We will probably know the outcome of the election before most (or any) of you read this but at the time of writing, we are in the dark. I wanted to wait, there’s no reason I can’t, but I’m not going to. Why? Because today’s movie is the movie America needs right now.

My history with John Cameron Mitchell’s 2001 debut Hedwig and the Angry Inch is mostly unremarkable but long. For example, I spent last weekend visiting friends and the conversation came up several times about movie posters we remembered from our video store youths. For me they’re Scanners, The Evil Dead, Aguirre, the Wrath of God, and Hedwig and the Angry Inch. That’s what it was for me for a long time: A striking poster. It would come up in the odd book or podcast about cult movies but I didn’t get around to seeing it until sophomore year of college.

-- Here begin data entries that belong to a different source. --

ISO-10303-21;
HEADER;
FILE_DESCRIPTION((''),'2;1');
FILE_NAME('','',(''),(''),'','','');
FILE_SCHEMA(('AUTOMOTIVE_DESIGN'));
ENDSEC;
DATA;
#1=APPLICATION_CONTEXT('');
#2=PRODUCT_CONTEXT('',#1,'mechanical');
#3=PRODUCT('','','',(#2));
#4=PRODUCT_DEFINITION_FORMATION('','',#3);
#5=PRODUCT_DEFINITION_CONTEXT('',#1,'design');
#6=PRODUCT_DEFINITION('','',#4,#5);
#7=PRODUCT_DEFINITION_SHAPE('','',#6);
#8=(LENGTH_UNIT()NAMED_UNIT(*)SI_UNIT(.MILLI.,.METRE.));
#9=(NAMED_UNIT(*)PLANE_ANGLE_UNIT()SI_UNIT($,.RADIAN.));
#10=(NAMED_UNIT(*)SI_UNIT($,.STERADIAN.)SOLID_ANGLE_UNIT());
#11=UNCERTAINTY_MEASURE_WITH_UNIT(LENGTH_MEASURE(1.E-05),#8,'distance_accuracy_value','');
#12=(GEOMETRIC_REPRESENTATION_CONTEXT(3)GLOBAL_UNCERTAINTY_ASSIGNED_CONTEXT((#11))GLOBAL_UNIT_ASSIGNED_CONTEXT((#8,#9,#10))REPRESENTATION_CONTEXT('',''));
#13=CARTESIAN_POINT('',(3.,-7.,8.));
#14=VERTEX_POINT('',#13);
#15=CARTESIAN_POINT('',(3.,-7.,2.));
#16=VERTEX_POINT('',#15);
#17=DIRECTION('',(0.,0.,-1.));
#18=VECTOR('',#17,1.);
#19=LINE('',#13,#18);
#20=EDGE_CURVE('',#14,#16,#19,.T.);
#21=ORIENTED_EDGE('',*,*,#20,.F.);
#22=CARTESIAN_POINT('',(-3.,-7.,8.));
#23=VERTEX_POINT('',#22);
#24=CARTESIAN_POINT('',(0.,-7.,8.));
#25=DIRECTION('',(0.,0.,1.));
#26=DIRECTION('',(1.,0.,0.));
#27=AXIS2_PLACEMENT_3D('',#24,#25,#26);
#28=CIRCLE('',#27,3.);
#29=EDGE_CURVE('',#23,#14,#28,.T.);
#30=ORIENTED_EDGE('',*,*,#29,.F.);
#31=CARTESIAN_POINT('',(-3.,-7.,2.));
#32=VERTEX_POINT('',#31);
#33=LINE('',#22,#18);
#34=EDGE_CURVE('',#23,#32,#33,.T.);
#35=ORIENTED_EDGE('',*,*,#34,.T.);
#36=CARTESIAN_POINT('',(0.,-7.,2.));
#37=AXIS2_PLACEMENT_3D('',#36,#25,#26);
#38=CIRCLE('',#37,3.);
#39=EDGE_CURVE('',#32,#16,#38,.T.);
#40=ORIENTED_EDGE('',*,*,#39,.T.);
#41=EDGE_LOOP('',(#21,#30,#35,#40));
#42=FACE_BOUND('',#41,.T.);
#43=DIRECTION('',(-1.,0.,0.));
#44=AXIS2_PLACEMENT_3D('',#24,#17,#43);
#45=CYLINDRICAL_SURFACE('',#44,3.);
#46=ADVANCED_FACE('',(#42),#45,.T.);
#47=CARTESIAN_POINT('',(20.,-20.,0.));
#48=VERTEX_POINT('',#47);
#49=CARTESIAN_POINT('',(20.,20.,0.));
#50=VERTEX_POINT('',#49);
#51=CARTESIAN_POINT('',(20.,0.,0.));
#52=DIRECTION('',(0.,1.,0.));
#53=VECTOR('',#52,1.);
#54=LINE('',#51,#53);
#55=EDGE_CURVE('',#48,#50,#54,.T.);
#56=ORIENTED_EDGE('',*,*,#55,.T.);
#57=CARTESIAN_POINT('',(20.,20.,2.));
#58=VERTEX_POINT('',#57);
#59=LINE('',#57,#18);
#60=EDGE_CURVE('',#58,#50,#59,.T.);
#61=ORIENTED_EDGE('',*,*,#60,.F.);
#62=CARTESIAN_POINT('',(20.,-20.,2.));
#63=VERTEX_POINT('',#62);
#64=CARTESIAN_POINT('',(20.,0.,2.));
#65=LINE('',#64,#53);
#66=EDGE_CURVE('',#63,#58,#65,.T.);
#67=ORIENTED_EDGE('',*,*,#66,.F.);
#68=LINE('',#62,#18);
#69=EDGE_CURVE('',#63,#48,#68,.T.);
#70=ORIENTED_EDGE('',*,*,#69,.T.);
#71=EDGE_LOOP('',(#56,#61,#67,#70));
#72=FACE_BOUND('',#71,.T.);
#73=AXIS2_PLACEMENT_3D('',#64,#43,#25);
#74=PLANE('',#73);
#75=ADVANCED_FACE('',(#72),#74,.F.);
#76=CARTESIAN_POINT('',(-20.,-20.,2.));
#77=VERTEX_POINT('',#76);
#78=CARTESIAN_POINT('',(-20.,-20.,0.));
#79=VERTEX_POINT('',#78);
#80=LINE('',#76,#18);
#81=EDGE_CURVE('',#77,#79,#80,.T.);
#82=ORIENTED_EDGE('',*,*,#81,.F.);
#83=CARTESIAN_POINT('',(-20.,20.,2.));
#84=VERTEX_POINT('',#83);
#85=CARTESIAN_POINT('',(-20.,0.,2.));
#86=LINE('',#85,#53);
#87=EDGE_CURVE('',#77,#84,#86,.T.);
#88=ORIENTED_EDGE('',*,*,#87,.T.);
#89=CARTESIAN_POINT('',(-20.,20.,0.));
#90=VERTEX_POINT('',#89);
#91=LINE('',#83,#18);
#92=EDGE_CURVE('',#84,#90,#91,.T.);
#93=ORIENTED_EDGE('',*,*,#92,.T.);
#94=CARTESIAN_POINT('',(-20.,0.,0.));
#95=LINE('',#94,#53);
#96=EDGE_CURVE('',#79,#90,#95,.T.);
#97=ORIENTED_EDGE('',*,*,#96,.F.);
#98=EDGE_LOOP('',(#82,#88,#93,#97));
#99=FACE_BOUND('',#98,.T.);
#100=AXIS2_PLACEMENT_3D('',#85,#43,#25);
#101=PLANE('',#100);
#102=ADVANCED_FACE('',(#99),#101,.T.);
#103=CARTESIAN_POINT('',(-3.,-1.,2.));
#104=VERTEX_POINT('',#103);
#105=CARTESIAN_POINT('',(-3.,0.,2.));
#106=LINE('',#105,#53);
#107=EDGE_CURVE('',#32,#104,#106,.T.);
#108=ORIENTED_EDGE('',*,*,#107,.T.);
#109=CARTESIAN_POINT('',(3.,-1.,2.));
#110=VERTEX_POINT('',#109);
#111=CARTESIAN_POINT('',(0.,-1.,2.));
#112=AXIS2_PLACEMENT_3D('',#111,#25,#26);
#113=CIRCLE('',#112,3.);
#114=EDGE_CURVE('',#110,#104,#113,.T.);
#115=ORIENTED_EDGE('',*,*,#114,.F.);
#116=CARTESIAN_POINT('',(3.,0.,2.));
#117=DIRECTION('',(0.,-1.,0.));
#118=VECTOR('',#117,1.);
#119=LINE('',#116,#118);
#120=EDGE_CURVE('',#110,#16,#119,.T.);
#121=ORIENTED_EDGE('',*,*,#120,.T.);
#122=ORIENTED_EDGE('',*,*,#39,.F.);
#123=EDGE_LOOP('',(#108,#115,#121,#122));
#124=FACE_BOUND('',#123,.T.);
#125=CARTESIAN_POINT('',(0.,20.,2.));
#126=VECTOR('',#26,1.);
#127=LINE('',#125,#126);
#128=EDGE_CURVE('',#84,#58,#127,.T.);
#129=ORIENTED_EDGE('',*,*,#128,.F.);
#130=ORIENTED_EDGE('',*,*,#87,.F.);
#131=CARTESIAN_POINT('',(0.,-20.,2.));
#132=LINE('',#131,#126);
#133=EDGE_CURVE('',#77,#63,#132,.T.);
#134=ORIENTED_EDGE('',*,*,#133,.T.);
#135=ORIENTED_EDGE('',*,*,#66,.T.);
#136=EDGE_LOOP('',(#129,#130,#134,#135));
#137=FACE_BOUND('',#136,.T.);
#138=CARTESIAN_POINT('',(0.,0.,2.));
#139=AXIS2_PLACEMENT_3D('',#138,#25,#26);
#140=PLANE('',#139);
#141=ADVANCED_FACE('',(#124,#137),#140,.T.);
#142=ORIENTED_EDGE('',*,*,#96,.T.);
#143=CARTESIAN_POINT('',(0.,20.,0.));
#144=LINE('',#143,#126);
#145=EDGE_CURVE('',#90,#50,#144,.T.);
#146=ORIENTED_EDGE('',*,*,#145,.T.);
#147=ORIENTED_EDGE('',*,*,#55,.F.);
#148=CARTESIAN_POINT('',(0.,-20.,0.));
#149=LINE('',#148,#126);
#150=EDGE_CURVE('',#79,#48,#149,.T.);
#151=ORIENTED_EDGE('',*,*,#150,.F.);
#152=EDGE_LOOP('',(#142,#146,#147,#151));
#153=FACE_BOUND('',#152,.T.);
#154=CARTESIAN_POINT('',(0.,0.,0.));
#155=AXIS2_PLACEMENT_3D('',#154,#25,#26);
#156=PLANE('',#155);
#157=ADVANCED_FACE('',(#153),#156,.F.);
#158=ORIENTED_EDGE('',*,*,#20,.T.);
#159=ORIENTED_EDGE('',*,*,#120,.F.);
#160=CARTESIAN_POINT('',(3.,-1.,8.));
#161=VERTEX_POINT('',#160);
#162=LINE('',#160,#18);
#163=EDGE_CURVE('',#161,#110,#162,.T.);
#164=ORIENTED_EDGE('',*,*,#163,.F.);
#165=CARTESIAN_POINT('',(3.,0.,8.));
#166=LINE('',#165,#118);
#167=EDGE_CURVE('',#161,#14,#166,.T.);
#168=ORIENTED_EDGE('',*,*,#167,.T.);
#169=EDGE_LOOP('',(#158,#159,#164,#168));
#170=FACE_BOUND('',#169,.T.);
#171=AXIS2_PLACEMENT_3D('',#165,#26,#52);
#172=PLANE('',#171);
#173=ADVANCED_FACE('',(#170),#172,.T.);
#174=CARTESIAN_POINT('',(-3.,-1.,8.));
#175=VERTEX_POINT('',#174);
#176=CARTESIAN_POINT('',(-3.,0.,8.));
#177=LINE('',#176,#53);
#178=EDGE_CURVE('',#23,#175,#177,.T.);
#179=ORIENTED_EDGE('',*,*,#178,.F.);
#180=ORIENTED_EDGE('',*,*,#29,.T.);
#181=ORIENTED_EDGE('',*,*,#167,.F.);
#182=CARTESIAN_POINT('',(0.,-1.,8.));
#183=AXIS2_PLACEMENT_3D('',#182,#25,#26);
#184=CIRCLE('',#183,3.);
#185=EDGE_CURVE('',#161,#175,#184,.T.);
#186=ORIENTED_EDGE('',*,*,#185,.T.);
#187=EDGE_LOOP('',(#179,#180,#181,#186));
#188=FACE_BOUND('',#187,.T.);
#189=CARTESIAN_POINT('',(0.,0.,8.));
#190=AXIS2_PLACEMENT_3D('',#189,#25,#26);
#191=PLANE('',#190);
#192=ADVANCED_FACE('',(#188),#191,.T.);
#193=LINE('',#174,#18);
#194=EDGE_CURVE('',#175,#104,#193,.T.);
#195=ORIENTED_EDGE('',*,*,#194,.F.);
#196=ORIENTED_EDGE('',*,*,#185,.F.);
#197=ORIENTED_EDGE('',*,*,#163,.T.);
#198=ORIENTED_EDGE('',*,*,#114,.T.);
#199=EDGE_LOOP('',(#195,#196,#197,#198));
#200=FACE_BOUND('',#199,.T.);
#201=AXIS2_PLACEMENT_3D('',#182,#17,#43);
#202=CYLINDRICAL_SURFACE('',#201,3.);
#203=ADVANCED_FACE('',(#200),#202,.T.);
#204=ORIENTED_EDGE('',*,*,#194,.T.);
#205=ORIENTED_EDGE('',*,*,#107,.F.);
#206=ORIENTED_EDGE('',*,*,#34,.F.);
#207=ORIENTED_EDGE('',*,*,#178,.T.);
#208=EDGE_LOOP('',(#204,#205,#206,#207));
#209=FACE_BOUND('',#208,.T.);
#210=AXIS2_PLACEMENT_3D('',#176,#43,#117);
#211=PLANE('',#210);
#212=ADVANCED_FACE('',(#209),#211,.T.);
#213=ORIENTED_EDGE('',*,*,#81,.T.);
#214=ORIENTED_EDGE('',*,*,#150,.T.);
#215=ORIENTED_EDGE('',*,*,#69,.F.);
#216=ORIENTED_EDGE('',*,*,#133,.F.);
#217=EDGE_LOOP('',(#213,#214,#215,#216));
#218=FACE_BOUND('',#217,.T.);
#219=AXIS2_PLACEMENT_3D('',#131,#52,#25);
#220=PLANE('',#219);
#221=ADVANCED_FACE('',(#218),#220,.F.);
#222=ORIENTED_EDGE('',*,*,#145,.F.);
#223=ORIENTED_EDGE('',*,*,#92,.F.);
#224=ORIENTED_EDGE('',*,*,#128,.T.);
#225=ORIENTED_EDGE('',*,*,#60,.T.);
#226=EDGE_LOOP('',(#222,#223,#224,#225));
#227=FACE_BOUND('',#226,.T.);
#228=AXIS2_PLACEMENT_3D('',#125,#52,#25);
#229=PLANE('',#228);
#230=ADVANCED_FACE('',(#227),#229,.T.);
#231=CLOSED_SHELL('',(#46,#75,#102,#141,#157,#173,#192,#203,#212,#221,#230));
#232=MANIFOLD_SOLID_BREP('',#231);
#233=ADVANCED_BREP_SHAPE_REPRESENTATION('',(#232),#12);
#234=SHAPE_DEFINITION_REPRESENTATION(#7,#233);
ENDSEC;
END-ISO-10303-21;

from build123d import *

# Parameters (mm, degrees)
SKETCH_1_W      = 40
SKETCH_1_H      = 40
EXTRUDE_1_DEPTH = 2
EXTRUDE_2_DEPTH = 8


with BuildPart() as part:
    # 스케치1 → 보스-돌출1 (new body)
    with BuildSketch(Plane.XY):
        Rectangle(SKETCH_1_W, SKETCH_1_H)
        with BuildLine():
            ThreePointArc((3, -7), (0, -10), (-3, -7))
            Line((-3, -7), (-3, -1))
            ThreePointArc((-3, -1), (0, 2), (3, -1))
            Line((3, -1), (3, -7))
        make_face(mode=Mode.SUBTRACT)
    extrude(amount=EXTRUDE_1_DEPTH)

    # 스케치1<3> → 보스-돌출2 (add)
    with BuildSketch(Plane.XY):
        with BuildLine():
            ThreePointArc((-3, -7), (0, -10), (3, -7))
            Line((3, -7), (3, -1))
            ThreePointArc((3, -1), (0, 2), (-3, -1))
            Line((-3, -1), (-3, -7))
        make_face()
    extrude(amount=EXTRUDE_2_DEPTH)


solid = part.part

Though it feels conservatively like a hundred years ago, my first break-up laid me out. We’re talkin’ all of freshman year and into sophomore. I was functioning, don’t get me wrong, but I was experiencing for the first time the uniquely hollowing sensation of getting dumped. Where you don’t feel like a whole person and there’s a constant dull sadness in your mind. Then one day, while mired in my ennui, I met Hedwig and I was whole again.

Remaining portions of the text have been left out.